Records excerpted from a collection
______________________________

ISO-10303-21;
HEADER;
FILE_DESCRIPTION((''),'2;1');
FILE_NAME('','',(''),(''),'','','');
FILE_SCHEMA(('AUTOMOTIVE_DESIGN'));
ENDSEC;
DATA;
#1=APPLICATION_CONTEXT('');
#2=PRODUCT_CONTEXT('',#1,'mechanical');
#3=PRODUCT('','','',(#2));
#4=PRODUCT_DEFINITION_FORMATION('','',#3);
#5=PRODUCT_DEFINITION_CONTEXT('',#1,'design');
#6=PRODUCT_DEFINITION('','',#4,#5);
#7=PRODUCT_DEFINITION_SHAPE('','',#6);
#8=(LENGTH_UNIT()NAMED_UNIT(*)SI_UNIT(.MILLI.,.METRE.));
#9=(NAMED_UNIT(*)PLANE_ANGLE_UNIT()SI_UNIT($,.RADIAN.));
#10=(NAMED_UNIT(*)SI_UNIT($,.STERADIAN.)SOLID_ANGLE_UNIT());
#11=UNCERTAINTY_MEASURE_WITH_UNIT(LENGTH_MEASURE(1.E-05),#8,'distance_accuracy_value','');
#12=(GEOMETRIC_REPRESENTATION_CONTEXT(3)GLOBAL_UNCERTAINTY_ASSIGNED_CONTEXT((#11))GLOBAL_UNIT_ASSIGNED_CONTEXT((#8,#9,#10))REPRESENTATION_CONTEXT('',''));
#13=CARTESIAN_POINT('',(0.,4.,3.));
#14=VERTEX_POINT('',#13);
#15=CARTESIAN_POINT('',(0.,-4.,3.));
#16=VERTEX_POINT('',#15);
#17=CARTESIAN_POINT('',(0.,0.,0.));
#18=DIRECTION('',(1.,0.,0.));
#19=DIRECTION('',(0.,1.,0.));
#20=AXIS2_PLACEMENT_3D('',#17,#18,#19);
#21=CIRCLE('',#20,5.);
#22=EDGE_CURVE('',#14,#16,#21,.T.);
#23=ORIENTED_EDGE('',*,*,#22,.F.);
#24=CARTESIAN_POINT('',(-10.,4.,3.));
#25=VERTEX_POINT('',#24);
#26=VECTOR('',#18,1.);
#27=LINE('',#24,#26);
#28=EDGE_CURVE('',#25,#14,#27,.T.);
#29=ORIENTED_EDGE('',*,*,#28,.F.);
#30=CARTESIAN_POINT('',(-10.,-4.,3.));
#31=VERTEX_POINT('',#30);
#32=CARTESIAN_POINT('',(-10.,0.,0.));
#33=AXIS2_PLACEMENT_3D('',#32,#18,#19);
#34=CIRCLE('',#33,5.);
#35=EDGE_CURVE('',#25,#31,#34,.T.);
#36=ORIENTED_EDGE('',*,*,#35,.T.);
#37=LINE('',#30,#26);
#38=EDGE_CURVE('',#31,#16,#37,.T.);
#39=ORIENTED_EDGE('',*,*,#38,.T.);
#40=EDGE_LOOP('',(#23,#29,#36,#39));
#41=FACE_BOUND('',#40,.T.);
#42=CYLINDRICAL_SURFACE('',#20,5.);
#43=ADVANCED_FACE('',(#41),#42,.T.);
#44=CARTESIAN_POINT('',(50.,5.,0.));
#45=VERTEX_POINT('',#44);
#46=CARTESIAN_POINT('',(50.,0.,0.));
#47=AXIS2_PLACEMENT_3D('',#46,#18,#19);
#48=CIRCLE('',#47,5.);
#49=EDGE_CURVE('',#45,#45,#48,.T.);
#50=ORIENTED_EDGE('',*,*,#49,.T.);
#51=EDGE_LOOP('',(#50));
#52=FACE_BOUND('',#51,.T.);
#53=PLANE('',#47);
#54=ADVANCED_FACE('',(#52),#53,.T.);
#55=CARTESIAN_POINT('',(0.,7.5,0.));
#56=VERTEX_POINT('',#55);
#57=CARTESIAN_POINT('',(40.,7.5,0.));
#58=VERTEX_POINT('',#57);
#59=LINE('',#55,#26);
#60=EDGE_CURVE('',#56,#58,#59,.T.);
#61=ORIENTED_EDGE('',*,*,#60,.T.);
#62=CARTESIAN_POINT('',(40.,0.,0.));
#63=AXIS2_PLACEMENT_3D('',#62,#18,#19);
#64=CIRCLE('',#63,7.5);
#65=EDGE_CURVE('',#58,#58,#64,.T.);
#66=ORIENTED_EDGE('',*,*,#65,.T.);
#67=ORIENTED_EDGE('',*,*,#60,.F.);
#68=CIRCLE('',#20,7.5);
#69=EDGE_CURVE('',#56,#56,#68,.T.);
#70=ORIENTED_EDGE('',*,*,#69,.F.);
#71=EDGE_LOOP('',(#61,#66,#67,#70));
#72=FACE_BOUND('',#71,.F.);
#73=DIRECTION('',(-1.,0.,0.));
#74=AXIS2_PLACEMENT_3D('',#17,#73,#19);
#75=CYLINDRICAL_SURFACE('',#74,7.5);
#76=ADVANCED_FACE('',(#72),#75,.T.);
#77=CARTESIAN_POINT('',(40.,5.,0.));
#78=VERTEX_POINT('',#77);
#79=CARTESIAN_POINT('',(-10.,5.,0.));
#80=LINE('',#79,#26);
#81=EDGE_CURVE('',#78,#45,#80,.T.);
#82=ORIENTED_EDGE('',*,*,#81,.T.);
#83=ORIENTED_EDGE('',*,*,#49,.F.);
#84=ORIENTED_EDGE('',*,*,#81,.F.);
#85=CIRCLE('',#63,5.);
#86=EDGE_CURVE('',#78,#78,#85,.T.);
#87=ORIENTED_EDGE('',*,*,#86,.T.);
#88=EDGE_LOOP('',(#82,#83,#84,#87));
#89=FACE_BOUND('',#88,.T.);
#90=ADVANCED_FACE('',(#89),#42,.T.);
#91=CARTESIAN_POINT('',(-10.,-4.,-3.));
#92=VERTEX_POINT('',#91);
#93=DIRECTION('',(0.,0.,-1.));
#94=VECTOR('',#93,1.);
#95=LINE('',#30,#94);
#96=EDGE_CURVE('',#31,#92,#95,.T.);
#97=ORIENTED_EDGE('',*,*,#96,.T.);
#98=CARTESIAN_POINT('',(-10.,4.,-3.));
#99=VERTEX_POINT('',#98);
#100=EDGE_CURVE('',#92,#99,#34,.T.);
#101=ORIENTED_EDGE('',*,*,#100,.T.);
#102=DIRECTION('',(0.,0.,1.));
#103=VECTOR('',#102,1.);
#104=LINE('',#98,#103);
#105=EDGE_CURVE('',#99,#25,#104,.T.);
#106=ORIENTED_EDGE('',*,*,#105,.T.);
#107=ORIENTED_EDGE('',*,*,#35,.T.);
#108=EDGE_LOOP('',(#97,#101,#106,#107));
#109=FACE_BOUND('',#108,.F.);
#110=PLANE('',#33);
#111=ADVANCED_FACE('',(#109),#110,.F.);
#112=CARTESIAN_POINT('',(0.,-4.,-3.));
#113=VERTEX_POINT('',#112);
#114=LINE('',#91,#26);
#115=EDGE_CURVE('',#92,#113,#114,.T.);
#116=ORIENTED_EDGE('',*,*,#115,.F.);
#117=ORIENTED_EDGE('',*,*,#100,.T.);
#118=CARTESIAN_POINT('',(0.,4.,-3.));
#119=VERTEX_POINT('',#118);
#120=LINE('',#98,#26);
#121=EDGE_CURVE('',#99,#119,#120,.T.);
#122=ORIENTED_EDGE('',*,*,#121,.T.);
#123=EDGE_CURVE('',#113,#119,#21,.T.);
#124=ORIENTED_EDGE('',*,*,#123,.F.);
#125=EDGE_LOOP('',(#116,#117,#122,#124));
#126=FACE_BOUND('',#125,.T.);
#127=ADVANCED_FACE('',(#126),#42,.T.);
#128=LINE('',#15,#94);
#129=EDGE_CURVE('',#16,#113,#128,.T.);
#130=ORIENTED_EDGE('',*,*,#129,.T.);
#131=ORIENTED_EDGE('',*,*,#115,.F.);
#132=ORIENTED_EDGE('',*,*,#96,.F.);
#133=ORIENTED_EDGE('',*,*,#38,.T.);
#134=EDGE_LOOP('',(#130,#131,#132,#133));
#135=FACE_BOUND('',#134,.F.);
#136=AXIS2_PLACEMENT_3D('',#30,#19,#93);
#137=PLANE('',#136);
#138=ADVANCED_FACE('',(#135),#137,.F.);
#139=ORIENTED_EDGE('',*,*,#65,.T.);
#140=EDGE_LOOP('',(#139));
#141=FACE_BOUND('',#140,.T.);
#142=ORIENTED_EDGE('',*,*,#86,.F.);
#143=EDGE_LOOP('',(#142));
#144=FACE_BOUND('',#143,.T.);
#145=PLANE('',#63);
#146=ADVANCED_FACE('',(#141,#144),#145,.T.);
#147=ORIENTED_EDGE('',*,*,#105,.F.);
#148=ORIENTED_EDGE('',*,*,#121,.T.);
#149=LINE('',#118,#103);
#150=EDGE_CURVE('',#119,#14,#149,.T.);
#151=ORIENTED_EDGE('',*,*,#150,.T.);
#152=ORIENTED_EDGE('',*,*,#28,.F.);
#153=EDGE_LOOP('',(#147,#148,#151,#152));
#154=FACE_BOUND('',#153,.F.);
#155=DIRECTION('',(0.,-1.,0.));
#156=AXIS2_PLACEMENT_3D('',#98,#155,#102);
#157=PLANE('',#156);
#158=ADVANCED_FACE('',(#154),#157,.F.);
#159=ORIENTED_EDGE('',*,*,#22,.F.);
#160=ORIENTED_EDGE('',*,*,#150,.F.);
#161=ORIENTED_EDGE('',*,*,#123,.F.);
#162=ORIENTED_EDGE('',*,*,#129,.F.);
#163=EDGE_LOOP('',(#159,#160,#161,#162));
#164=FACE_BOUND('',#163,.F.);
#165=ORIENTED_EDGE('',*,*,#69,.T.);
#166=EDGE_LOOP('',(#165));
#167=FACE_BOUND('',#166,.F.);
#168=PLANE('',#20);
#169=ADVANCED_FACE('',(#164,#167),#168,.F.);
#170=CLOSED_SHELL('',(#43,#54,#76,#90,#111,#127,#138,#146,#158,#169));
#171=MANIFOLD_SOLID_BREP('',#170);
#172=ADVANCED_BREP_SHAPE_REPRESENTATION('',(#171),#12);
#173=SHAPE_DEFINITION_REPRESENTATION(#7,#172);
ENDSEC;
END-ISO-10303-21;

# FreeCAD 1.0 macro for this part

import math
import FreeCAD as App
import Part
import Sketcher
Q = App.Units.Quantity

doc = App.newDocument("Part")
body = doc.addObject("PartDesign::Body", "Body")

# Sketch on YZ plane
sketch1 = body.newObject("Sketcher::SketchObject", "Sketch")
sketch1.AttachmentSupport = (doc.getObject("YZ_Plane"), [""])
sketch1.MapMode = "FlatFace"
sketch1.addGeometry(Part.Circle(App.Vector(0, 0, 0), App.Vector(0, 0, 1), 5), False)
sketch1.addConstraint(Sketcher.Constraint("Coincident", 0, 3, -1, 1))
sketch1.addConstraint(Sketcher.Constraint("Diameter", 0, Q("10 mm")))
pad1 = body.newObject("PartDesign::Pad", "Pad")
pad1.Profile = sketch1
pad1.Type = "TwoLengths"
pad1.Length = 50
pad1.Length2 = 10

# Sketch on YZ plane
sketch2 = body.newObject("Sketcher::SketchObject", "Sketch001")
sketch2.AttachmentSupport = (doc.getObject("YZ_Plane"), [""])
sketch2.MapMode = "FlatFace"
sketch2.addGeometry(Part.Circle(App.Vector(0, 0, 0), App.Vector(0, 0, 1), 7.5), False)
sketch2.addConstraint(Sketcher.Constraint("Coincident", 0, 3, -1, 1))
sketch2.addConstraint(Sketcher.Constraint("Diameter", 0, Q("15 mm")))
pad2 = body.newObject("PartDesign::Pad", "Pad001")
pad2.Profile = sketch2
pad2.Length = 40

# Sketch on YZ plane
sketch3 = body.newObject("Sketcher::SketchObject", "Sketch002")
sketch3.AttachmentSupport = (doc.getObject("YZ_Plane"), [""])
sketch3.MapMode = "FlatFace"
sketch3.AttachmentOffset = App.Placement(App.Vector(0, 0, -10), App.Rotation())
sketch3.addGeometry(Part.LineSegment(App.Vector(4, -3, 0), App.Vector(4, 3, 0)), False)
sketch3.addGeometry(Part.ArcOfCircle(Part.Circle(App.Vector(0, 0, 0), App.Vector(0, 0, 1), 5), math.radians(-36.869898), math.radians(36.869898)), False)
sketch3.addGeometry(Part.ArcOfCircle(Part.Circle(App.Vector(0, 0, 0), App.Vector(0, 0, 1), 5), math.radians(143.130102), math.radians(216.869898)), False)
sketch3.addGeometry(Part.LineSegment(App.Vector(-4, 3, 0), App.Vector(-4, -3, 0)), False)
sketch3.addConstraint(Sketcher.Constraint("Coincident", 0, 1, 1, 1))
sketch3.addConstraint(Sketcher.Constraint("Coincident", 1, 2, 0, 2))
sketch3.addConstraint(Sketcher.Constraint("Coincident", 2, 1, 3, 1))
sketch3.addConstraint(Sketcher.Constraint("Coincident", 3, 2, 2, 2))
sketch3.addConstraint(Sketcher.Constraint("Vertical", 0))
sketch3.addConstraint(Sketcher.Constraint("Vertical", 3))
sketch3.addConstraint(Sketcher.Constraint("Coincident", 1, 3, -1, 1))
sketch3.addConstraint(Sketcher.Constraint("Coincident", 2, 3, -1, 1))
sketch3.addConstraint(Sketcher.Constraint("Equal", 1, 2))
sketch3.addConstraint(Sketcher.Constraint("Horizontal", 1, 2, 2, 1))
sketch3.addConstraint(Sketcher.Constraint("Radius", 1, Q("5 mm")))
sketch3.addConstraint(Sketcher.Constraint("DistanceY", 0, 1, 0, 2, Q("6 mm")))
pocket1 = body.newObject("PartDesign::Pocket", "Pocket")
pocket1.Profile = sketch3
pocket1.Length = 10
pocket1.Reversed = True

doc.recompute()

______________________________

**Problem**
Your answer should be the lines above from the one containing "#137=PLANE('',#136);" through the one containing "#147=ORIENTED_EDGE('',*,*,#105,.F.);", copied exactly and with both ends kept.

**Output of the task**
#137=PLANE('',#136);
#138=ADVANCED_FACE('',(#135),#137,.F.);
#139=ORIENTED_EDGE('',*,*,#65,.T.);
#140=EDGE_LOOP('',(#139));
#141=FACE_BOUND('',#140,.T.);
#142=ORIENTED_EDGE('',*,*,#86,.F.);
#143=EDGE_LOOP('',(#142));
#144=FACE_BOUND('',#143,.T.);
#145=PLANE('',#63);
#146=ADVANCED_FACE('',(#141,#144),#145,.T.);
#147=ORIENTED_EDGE('',*,*,#105,.F.);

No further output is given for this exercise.